Resenha nº 69 - Sapiens - Uma Breve História da Humanidade

Resultado de imagem para livro sapiens uma breve história da humanidadeNo tocante à biografia, vamos deixar falar a orelha do livro: “Yuval Noah Harari é doutor em história pela Universidade de Oxford, especializado em história mundial e professor da Universidade Hebraica de Jerusalém. Sua linha de pesquisa gira em torno de questões abrangentes, tais como: qual a relação entre história e biologia? Existe justiça na história? As pessoas se tornam mais felizes com o passar do tempo?

Sapiens – uma breve história da humanidade foi lançado originalmente em Israel, em 2011, e logo se tornou um best-seller internacional, sendo publicado em quase quarenta países. Milhares de pessoas fizeram o curso on-line do professor Harari sobre a história da humanidade, e suas palestras no YouTube tiveram centenas de milhares de visualizações em todo o mundo. Em 2012, ele recebeu o Prêmio Polonsky por Criatividade e Originalidade nas Disciplinas Humanísticas.”

Esta não é uma obra de ficção e, por esse motivo, um livro difícil de ser lido, na concepção de um grande público não afeito a trabalhos dissertativos de grande fôlego. Note-se, também, que ele não é exatamente um texto acadêmico característico, usando todo um aparato técnico-conceitual, no qual o autor se preocupa quase que exclusivamente em provar suas teses, demonstrar raciocínios, levantar hipóteses e tirar conclusões. Filia-se ao conceito algo vago de “divulgação científica”, a caracterizar uma obra que, sem perder seu foco dissertativo, “doma” os termos técnicos, é parcimoniosa no uso de gráficos e fórmulas matemáticas e se direciona ao público leigo.

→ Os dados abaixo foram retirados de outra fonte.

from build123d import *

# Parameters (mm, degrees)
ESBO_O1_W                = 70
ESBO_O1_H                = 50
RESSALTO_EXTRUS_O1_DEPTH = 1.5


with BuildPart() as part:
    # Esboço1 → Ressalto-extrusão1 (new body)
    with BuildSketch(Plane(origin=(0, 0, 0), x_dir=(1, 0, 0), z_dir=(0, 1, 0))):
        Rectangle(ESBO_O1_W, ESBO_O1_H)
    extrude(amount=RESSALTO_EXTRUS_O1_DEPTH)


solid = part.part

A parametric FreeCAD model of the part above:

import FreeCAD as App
import Part
import Sketcher
Q = App.Units.Quantity

doc = App.newDocument("Part")
params = doc.addObject("Spreadsheet::Sheet", "Params")
for row, (alias, value) in enumerate([
    ("sketch1_width", "70 mm"),
    ("sketch1_height", "50 mm"),
    ("pad1_length", "1.5 mm"),
], start=1):
    params.set(f"A{row}", alias)
    params.set(f"B{row}", "=" + value)
    params.setAlias(f"B{row}", alias)

body = doc.addObject("PartDesign::Body", "Body")

# Sketch on XZ plane
sketch1 = body.newObject("Sketcher::SketchObject", "Sketch")
sketch1.AttachmentSupport = (doc.getObject("XZ_Plane"), [""])
sketch1.MapMode = "FlatFace"
sketch1.addGeometry([
    Part.LineSegment(App.Vector(-35, -25, 0), App.Vector(-35, 25, 0)),
    Part.LineSegment(App.Vector(-35, 25, 0), App.Vector(35, 25, 0)),
    Part.LineSegment(App.Vector(35, 25, 0), App.Vector(35, -25, 0)),
    Part.LineSegment(App.Vector(35, -25, 0), App.Vector(-35, -25, 0)),
], False)
sketch1.addConstraint([
    Sketcher.Constraint("Coincident", 0, 2, 1, 1),
    Sketcher.Constraint("Coincident", 1, 2, 2, 1),
    Sketcher.Constraint("Coincident", 2, 2, 3, 1),
    Sketcher.Constraint("Coincident", 3, 2, 0, 1),
    Sketcher.Constraint("Vertical", 0),
    Sketcher.Constraint("Horizontal", 1),
    Sketcher.Constraint("Vertical", 2),
    Sketcher.Constraint("Horizontal", 3),
    Sketcher.Constraint("Symmetric", 0, 2, 2, 2, -1, 1),
    Sketcher.Constraint("DistanceX", 1, 1, 1, 2, Q("70 mm")),
    Sketcher.Constraint("DistanceY", 0, 1, 0, 2, Q("50 mm")),
])
sketch1.setExpression("Constraints[9]", "Params.sketch1_width")
sketch1.setExpression("Constraints[10]", "Params.sketch1_height")
pad1 = body.newObject("PartDesign::Pad", "Pad")
pad1.Profile = sketch1
pad1.setExpression("Length", "Params.pad1_length")
pad1.Reversed = True

doc.recompute()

Harari produz um trabalho exemplar. Não é à-toa o seu sucesso de crítica e de público – a L&PM, editora do livro, faz questão de destacar sobre a capa branca da obra uma tarja vermelho-cheguei com os dizeres “Best-seller Internacional”, em letras garrafais. Como um texto que tinha tudo para ser árido, como se depreende do subtítulo “uma breve história da humanidade” pode ter se tornado um êxito editorial junto ao público? Veremos o porquê mais tarde.

O fato é que Yuval Noah Harari é originalíssimo em sua tese central e igualmente nos argumentos que levanta para defendê-la. Sapiens – uma breve história da humanidade é muito bem escrito, bem articulado; de acordo com The Times, “Harari sabe escrever [...] de verdade, com gosto, clareza, elegância e um olhar clínico para a metáfora.”

Responda rápido, amigo leitor, qual é o único lugar onde os conteúdos (disciplinas) são tratados de modo estanque? Resposta imediata: na escola! Em qualquer outra situação, nossos conhecimentos de geografia, biologia, história, língua – vários conteúdos, portanto –, são requisitados no processo de leitura. Uns conteúdos mais, outros menos, mas serão sempre vários. E aí está o primeiro trunfo do livro: o professor Yuval consegue articular uma massa de conteúdos, harmoniosamente interligados. Tanto assim que é tarefa quase impossível a classificação do livro. É uma obra de história? Biologia? Articula conhecimentos de linguística, de geografia, antropologia, sociologia.

Sua tese central: o homem conseguiu sua supremacia incontestável sobre qualquer outra espécie nesse planeta devido à sua capacidade de criar e compartilhar mitos. Ou seja, sua capacidade de criar ficção. E é aí que, literalmente, o bicho pega!

O autor divide a história da humanidade em algumas etapas que, para ele, foram decisivas: A Revolução Cognitiva, A Revolução Agrícola, A Unificação da Humanidade, A Revolução Científica. Nas páginas 7/8 há uma cronologia, uma planta baixa de todo o trabalho de Harari.

Surge o homo sapiens sobre a face do planeta, mas a primeira grande etapa, ocorrida há uns 70 mil anos, é a Revolução Cognitiva. O nascimento da linguagem ficcional modifica tudo. O Homem passa a contar com a possibilidade de narrar histórias, criar ficção, relacionar-se com seus deuses, obter conhecimento e falar sobre suas experiências; os homo sapiens se espalham a partir do continente africano. Aqui, essa nova humanidade, mais inteligente em relação aos existentes e mais atrasados neandertais, ainda é composta de caçadores-coletores. Isto é, vivem do que conseguem obter em termos de caça e coleta de vegetais. São nômades, ainda não formam propriamente uma sociedade. Logo suplantam por completo os neandertais.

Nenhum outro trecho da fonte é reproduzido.